Stored data

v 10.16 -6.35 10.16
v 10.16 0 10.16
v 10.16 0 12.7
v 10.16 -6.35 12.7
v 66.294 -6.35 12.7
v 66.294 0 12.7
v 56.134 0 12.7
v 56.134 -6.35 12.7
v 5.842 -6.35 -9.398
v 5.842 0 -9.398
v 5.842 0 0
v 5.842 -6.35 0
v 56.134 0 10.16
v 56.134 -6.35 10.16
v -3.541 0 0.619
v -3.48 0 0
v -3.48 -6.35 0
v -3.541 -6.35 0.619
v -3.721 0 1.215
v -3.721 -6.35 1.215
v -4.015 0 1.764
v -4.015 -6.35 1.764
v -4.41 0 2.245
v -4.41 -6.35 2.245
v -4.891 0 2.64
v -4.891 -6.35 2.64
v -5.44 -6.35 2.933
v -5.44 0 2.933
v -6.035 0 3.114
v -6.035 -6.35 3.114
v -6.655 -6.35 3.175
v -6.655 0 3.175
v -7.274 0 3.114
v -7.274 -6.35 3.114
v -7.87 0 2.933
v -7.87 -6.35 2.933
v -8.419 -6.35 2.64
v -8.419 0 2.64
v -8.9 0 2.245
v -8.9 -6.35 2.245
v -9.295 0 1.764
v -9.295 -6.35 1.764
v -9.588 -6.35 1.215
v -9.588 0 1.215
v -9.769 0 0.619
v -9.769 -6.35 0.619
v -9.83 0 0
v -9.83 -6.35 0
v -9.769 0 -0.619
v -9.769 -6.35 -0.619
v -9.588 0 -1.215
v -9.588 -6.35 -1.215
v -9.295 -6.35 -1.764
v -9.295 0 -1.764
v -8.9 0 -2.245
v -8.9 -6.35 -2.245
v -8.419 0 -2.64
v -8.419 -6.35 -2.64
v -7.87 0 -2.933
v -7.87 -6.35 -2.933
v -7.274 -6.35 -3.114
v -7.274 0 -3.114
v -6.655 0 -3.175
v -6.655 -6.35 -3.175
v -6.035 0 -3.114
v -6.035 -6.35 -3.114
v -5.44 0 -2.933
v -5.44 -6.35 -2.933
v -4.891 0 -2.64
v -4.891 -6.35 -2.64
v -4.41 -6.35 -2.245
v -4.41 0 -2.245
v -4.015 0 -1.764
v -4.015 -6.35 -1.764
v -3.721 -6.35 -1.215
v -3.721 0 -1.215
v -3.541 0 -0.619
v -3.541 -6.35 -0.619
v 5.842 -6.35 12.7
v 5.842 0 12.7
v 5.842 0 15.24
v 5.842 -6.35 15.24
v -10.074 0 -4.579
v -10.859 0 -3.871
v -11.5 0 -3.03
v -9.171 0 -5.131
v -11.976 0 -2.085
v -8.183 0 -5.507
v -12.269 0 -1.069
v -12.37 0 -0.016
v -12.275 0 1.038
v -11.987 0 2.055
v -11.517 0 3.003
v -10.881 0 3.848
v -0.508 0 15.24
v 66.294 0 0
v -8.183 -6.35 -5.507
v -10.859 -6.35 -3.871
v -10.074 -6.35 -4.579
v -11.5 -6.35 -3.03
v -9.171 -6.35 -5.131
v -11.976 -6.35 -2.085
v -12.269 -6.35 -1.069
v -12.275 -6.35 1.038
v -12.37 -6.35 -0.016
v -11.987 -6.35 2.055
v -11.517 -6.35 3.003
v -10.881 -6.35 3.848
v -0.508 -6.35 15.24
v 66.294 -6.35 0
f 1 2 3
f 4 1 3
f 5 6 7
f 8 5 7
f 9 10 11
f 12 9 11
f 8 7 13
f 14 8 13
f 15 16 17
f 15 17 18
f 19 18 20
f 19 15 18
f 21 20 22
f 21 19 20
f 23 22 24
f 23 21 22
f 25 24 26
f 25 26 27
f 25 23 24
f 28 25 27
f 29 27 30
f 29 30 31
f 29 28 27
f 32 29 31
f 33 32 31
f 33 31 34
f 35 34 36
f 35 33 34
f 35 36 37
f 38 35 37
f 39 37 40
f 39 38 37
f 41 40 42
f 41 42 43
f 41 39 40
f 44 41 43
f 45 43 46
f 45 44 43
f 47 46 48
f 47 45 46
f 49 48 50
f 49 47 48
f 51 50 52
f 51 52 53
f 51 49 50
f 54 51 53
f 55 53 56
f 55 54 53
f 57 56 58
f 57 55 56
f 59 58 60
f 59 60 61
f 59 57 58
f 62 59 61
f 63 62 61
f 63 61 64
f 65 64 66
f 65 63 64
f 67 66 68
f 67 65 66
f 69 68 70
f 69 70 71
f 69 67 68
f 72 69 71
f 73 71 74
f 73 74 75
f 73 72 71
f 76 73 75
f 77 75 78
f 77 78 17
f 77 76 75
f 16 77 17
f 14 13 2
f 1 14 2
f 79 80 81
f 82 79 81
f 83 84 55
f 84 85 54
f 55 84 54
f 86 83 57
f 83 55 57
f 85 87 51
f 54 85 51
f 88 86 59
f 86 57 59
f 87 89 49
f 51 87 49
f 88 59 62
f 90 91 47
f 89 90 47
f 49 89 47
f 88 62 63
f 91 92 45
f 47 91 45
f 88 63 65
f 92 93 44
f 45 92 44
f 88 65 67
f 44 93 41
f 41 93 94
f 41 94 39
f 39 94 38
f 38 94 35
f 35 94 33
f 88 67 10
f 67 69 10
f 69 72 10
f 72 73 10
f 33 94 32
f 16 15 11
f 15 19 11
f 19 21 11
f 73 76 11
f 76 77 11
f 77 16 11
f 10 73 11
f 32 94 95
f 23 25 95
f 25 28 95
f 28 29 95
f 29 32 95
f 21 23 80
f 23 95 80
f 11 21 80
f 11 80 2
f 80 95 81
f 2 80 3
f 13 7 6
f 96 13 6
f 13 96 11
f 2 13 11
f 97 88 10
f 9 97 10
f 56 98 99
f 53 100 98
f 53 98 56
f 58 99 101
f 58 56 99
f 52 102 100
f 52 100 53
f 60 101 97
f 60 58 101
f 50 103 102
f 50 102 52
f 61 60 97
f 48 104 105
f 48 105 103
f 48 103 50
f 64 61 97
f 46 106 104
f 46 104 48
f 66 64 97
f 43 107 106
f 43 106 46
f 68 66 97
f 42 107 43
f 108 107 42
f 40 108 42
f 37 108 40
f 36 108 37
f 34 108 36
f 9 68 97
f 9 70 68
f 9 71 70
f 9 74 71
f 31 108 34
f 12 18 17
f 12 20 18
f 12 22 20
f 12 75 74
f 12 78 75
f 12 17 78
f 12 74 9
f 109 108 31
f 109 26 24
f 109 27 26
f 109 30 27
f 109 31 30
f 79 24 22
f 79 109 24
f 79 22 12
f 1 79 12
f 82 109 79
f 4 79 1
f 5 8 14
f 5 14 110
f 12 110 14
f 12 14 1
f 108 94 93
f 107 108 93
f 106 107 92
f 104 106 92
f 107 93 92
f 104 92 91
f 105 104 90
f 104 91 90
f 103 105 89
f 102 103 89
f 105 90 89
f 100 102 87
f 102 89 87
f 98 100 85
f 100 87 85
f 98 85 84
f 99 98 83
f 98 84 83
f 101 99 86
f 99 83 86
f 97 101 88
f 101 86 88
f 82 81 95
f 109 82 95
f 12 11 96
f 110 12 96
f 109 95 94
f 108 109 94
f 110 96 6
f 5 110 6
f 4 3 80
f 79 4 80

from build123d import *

# Parameters (mm, degrees)
F0_R     = 3.175
F0_W     = 5.842
F0_H     = 12.7
F1_DEPTH = 6.35


with BuildPart() as f1:
    # F0 (on Front) → F1 (new body)
    with BuildSketch(Plane.XZ):
        with BuildLine():
            Line((5.842, 0), (0, 0))
            Line((0, 0), (-0.9398, 0))
            ThreePointArc((-0.9398, 0), (-3.195791, -4.549339), (-8.182663, -5.506983))
            Line((-8.182663, -5.506983), (5.842, -9.398))
            Line((5.842, -9.398), (5.842, 0))
        make_face()
        with BuildLine():
            ThreePointArc((-8.182663, -5.506983), (-3.195791, -4.549339), (-0.9398, 0))
            ThreePointArc((-0.9398, 0), (-4.591961, 5.329721), (-10.88063, 3.847543))
            ThreePointArc((-10.88063, 3.847543), (-12.145978, -1.583727), (-8.182663, -5.506983))
        make_face()
        with Locations((-6.6548, 0)):
            Circle(F0_R, mode=Mode.SUBTRACT)
        with BuildLine():
            Line((-0.9398, 0), (0, 0))
            Line((0, 0), (0, 12.7))
            Line((0, 12.7), (5.842, 12.7))
            Line((5.842, 12.7), (5.842, 15.24))
            Line((5.842, 15.24), (-0.508, 15.24))
            Line((-0.508, 15.24), (-10.88063, 3.847543))
            ThreePointArc((-10.88063, 3.847543), (-4.591961, 5.329721), (-0.9398, 0))
        make_face()
        with Locations((2.921, 6.35)):
            Rectangle(F0_W, F0_H)
        Polygon((5.842, 12.7), (5.842, 0), (66.294, 0), (66.294, 12.7), (56.134, 12.7), (56.134, 10.16), (10.16, 10.16), (10.16, 12.7), align=None)
    extrude(amount=F1_DEPTH)


solid = f1.part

WHAT IS REQUIRED => Your job is to print exactly the lines that run from the top of the entries through the line with "v -3.541 -6.35 -0.619", and no others.

SOLUTION FOR THIS TASK =>
v 10.16 -6.35 10.16
v 10.16 0 10.16
v 10.16 0 12.7
v 10.16 -6.35 12.7
v 66.294 -6.35 12.7
v 66.294 0 12.7
v 56.134 0 12.7
v 56.134 -6.35 12.7
v 5.842 -6.35 -9.398
v 5.842 0 -9.398
v 5.842 0 0
v 5.842 -6.35 0
v 56.134 0 10.16
v 56.134 -6.35 10.16
v -3.541 0 0.619
v -3.48 0 0
v -3.48 -6.35 0
v -3.541 -6.35 0.619
v -3.721 0 1.215
v -3.721 -6.35 1.215
v -4.015 0 1.764
v -4.015 -6.35 1.764
v -4.41 0 2.245
v -4.41 -6.35 2.245
v -4.891 0 2.64
v -4.891 -6.35 2.64
v -5.44 -6.35 2.933
v -5.44 0 2.933
v -6.035 0 3.114
v -6.035 -6.35 3.114
v -6.655 -6.35 3.175
v -6.655 0 3.175
v -7.274 0 3.114
v -7.274 -6.35 3.114
v -7.87 0 2.933
v -7.87 -6.35 2.933
v -8.419 -6.35 2.64
v -8.419 0 2.64
v -8.9 0 2.245
v -8.9 -6.35 2.245
v -9.295 0 1.764
v -9.295 -6.35 1.764
v -9.588 -6.35 1.215
v -9.588 0 1.215
v -9.769 0 0.619
v -9.769 -6.35 0.619
v -9.83 0 0
v -9.83 -6.35 0
v -9.769 0 -0.619
v -9.769 -6.35 -0.619
v -9.588 0 -1.215
v -9.588 -6.35 -1.215
v -9.295 -6.35 -1.764
v -9.295 0 -1.764
v -8.9 0 -2.245
v -8.9 -6.35 -2.245
v -8.419 0 -2.64
v -8.419 -6.35 -2.64
v -7.87 0 -2.933
v -7.87 -6.35 -2.933
v -7.274 -6.35 -3.114
v -7.274 0 -3.114
v -6.655 0 -3.175
v -6.655 -6.35 -3.175
v -6.035 0 -3.114
v -6.035 -6.35 -3.114
v -5.44 0 -2.933
v -5.44 -6.35 -2.933
v -4.891 0 -2.64
v -4.891 -6.35 -2.64
v -4.41 -6.35 -2.245
v -4.41 0 -2.245
v -4.015 0 -1.764
v -4.015 -6.35 -1.764
v -3.721 -6.35 -1.215
v -3.721 0 -1.215
v -3.541 0 -0.619
v -3.541 -6.35 -0.619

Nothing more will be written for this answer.